Quedar desnuda y leve, deshacerme de los papeles, renacer libre de la carga del pasado, es todo lo que quiero. Con ideas marchitas es difícil vengarme de palabras adormecidas. Sin embargo, los papeles van a gritar, a llorar, al ser rotos, recobrando vida a las ideas y a los sentimientos en ellos almacenados. A partir de ahora, mis palabras de orden son: nada retenido, nada guardado. Ha llegado el momento de descargar lo que vengo acumulando. Y también de liberar las palabras de los bloques –de granito– hechos con las emociones que el tiempo calló. Que ellas salgan, como cuchillos afilados, esculpiendo el espíritu del instante. Quiero vivir como en un hipertexto que nunca deja de construirse, donde la escritura es un diálogo continuo e infinito con la mente, o un contrapunto de la vida. Borrar todos los libros, para dejar brillar, solo, el libro natural: aquel en el que se creía en Yucatán, el que no fue escrito por nadie, el que va pasando sus propias hojas, abriéndose cada día en una diferente, y que, por estar vivo, sangra cuando intentan dar vuelta a sus páginas. Mi revolución interior depende del valor de ir componiendo el texto, siempre en presente, mientras me deshago de los papeles acumulados. Los papeles eliminados aumentarán mi espacio de libertad.

Viendo mis arreglos, Berenice reclama:

  • –Disculpe doña Ana, pero está usted cometiendo una locura al deshacerse de los papeles.
  • –Puedes echarlos a la basura, Berenice.
  • –Es una tontería, mire lo que le digo.
  • –Entonces déjalos ahí, en aquel montón. Después decido.
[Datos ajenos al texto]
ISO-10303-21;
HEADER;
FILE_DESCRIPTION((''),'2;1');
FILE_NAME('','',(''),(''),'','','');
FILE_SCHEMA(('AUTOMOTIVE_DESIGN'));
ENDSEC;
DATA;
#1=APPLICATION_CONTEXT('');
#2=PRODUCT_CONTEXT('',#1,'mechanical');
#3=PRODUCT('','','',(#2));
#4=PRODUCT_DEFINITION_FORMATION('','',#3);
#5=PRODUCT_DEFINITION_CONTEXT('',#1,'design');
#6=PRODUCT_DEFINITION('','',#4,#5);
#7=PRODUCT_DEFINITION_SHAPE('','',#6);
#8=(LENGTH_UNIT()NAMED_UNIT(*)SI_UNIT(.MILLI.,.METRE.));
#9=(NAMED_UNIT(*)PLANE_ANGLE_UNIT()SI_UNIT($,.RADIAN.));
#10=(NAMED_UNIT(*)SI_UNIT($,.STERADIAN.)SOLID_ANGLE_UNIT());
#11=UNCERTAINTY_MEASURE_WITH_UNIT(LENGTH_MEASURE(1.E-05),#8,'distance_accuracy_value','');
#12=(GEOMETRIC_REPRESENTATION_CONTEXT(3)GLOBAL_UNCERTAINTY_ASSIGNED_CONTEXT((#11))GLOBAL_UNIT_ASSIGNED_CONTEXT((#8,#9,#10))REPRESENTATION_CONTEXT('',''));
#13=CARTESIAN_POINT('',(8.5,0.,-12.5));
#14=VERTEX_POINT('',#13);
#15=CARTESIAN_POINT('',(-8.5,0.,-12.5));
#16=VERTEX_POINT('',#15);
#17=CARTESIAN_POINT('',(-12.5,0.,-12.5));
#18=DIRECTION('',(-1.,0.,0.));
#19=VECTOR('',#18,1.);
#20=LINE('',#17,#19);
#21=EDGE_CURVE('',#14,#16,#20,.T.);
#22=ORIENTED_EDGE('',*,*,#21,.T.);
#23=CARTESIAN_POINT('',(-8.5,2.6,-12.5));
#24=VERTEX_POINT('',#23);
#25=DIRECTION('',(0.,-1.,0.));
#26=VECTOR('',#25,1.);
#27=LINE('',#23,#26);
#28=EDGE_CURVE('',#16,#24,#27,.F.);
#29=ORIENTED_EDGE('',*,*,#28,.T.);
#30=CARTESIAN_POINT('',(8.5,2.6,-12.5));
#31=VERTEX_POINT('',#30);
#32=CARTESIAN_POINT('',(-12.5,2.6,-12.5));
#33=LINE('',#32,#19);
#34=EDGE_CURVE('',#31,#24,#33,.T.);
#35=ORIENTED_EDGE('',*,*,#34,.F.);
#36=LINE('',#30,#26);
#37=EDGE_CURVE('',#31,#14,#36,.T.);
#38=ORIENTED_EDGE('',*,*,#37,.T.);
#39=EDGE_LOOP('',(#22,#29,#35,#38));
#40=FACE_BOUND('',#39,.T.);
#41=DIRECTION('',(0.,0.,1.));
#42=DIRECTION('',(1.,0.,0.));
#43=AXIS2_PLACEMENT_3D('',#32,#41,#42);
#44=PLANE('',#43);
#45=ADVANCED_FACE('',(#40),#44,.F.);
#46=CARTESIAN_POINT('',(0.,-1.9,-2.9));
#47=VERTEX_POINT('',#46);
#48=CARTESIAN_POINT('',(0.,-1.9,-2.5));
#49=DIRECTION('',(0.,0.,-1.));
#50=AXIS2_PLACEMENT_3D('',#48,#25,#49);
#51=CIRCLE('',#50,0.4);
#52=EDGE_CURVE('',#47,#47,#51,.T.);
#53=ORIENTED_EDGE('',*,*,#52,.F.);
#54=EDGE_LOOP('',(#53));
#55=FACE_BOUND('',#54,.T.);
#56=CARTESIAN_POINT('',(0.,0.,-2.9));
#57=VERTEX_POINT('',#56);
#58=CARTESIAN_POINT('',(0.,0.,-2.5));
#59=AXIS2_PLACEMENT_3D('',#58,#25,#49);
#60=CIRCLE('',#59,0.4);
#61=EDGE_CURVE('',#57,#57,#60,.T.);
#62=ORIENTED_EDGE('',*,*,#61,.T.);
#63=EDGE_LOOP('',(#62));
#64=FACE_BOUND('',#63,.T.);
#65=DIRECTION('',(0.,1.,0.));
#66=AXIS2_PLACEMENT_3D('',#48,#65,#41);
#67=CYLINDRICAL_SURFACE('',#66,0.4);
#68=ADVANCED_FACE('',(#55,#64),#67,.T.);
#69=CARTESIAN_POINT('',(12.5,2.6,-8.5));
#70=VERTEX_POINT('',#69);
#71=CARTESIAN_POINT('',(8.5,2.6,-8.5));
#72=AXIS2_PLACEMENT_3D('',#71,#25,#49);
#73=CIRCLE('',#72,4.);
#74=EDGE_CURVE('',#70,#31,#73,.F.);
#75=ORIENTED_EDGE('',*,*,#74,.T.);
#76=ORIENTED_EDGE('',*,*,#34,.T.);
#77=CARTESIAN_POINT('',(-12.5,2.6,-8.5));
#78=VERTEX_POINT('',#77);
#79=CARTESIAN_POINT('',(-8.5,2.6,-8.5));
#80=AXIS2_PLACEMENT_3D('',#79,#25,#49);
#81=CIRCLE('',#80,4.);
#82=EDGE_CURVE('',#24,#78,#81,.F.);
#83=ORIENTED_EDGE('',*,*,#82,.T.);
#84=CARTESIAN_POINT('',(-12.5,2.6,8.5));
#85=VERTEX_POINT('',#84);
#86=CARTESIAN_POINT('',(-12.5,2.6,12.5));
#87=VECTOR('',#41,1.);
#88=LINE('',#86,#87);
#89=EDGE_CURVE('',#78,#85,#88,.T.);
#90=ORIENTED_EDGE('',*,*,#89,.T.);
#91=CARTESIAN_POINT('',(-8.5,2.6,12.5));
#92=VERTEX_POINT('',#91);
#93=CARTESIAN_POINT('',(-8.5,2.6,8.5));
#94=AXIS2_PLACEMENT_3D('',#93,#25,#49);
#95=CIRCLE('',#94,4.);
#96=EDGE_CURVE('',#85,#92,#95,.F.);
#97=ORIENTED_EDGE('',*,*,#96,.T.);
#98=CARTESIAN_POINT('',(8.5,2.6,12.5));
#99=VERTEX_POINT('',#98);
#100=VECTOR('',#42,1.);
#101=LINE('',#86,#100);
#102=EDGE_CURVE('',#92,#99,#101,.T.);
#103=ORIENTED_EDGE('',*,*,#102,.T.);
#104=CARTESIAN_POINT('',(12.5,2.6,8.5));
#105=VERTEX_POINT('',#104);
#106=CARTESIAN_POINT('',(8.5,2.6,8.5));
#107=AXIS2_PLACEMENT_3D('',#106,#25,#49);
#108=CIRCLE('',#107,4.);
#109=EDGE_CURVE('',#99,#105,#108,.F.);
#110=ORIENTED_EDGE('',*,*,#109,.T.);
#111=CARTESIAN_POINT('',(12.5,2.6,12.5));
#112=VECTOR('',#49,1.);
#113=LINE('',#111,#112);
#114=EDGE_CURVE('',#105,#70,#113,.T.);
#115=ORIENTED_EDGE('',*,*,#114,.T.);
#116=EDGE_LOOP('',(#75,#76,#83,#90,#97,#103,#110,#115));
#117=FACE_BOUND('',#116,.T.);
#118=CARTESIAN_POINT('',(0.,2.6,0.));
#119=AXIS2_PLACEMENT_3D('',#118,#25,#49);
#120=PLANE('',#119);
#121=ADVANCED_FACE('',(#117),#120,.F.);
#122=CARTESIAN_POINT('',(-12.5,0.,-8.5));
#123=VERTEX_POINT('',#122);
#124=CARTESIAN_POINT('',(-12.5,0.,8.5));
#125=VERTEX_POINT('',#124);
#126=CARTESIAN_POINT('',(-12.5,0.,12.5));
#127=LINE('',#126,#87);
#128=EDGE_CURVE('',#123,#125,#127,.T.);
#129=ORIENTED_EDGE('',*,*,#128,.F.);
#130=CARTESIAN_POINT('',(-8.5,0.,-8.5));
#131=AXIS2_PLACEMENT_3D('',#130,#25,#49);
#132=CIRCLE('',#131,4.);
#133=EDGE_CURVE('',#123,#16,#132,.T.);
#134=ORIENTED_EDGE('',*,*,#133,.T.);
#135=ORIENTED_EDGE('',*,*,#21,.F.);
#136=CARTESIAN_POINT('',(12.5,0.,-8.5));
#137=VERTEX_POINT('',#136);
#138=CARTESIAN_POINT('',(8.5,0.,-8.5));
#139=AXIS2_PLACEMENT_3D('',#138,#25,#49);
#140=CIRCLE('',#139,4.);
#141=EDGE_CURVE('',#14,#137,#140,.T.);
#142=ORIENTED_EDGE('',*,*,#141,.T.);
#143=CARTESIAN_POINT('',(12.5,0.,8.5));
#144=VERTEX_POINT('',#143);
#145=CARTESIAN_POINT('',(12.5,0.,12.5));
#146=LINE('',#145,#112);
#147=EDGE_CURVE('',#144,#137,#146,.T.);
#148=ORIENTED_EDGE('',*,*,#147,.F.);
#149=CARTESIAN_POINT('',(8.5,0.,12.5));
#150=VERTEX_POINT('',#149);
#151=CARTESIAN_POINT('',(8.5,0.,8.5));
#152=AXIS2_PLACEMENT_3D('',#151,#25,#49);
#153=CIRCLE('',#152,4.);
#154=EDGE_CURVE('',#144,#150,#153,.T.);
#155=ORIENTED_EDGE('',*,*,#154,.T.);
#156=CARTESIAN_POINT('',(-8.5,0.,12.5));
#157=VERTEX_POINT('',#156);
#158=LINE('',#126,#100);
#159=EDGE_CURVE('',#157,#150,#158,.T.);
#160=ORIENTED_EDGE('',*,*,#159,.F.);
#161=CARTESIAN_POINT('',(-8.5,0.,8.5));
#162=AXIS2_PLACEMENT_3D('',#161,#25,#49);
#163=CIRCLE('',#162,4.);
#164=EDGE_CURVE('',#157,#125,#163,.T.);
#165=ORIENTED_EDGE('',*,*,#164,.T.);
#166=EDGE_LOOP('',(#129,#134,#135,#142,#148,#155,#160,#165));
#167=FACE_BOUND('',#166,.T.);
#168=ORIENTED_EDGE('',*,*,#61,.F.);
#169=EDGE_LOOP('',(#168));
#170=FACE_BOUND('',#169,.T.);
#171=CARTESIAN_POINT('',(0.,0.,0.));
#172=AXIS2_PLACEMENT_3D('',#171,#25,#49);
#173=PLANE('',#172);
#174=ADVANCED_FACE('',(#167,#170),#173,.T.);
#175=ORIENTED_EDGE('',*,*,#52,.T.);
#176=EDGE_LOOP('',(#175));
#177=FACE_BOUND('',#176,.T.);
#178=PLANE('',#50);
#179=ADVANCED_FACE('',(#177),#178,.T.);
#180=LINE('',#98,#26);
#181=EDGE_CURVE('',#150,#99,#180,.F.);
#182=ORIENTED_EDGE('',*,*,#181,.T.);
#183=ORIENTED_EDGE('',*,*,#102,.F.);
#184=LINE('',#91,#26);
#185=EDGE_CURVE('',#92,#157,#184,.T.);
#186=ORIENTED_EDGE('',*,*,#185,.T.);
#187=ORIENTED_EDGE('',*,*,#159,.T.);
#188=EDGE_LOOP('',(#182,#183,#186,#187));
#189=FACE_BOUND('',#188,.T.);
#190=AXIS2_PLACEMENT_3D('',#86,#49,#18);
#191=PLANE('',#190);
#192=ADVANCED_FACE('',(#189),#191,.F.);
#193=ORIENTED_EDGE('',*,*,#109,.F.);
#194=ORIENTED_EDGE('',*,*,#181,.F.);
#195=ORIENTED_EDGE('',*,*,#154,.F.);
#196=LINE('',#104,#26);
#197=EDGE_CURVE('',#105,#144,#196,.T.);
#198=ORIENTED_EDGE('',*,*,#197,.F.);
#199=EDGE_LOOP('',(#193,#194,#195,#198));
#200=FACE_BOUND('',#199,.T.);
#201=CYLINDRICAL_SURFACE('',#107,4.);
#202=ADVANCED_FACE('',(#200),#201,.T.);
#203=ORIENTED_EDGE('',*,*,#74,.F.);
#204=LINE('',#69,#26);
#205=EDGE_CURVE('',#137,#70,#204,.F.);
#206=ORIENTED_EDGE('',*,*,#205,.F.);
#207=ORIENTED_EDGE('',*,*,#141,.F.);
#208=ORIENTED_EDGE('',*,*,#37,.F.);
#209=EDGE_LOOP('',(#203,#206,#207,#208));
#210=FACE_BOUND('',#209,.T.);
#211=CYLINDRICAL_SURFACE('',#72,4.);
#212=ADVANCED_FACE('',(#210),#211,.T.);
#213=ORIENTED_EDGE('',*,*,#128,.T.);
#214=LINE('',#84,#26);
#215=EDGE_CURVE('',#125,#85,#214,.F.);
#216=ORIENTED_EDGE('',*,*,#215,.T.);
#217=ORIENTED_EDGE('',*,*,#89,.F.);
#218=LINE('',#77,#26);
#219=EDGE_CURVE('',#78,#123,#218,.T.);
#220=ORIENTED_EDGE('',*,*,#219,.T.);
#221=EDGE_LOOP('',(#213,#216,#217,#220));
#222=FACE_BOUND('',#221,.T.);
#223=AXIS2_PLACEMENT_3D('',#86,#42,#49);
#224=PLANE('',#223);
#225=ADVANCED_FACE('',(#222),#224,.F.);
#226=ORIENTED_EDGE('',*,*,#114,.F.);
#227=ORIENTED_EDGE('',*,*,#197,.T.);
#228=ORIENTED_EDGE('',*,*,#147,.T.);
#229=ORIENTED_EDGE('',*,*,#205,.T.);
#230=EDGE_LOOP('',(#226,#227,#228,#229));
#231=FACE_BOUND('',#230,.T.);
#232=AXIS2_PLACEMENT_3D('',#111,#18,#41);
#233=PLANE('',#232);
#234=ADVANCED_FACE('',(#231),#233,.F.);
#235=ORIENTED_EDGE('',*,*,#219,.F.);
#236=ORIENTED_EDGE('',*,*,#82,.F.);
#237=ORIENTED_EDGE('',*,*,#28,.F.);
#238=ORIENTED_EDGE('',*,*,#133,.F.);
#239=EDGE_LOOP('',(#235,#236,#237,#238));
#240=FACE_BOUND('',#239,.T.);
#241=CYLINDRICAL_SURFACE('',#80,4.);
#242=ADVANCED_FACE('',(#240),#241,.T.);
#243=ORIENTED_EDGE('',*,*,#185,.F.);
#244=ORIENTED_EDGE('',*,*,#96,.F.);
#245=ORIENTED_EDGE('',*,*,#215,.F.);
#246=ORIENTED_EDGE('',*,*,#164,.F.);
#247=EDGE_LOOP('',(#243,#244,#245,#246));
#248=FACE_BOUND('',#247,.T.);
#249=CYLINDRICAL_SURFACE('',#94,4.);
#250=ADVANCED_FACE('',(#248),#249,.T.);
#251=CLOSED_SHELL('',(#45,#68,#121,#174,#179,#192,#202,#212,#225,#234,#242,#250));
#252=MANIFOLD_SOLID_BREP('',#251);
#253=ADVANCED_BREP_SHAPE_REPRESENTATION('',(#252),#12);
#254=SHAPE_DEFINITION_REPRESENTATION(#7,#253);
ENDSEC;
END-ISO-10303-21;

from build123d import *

# Parameters (mm, degrees)
SKETCH1_W           = 25
SKETCH1_H           = 25
BOSS_EXTRUDE1_DEPTH = 2.6
FILLET1_R           = 4
SKETCH2_R           = 0.4
BOSS_EXTRUDE2_DEPTH = 1.9


with BuildPart() as part:
    # Sketch1 → Boss-Extrude1 (new body)
    with BuildSketch(Plane(origin=(0, 0, 0), x_dir=(1, 0, 0), z_dir=(0, 1, 0))):
        Rectangle(SKETCH1_W, SKETCH1_H)
    extrude(amount=BOSS_EXTRUDE1_DEPTH)

    # Fillet1
    fillet1_edges = [part.edges().sort_by_distance(p)[0] for p in [
        (12.5, 1.3, 12.5),
        (-12.5, 1.3, 12.5),
        (-12.5, 1.3, -12.5),
        (12.5, 1.3, -12.5),
    ]]
    fillet(fillet1_edges, radius=FILLET1_R)

    # Sketch2 → Boss-Extrude2 (add)
    with BuildSketch(Plane.XZ):
        with Locations(Location((0, -2.5, 0), (0, 0, 270))):  # turned: the seam where the file's is
            Circle(SKETCH2_R)
    extrude(amount=BOSS_EXTRUDE2_DEPTH)


solid = part.part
Lo mejor es ir haciendo un enorme montón de papel. Puedo, por ejemplo, dejar separado en un rincón, por un tiempo, todo lo que diga respecto al amor, que, a pesar de haberme tratado tan mal, merece, al final de cuentas, mi consideración, pues en él caben todas las virtudes. Será la pila del amor, que tal vez me haga ver algo distinto de lo que la vida me ha enseñado o simplemente me confirme que ya no puedo tener lo imposible, o sea, el otro a la altura de mis sueños.

Voy a limpiar entrepaños, vaciar la casa, empezando por el cuarto que va a ser rentado, tal vez al propio Norberto. Los papeles que me incomodan son a tal grado parte de mi vida, que la única manera de deshacerme de ellos es transformarlos en la harina de palabras que mencioné, harina poca y densa, amasada a punto de convertirse en un libro de piedra, o sea, un libro de la vida, que es sencilla y misteriosa como la piedra.

Será mi versión del Libro absoluto que Mallarmé quiso escribir al final de su vida y acabó destruyendo antes de morir, o de aquel, citado en el cuento «La biblioteca de Babel» de Borges, que abarca perfectamente a todos los demás. Su elaboración deberá ayudar a liberarme de los libros de mi biblioteca y de los papeles acumulados –cartas, anotaciones, poemas, páginas y páginas de diarios y otros escritos. Será mi museo de todo, cajón de basura o archivo.

Sigo en la lucha, entonces. Y desde el principio esta es mi odisea de muchas olas y corrientes, donde enfrento vientos y tempestades en un mar infinito, mar de muchos encuentros, donde viajo sola. Sola con mis papeles y mi pluma.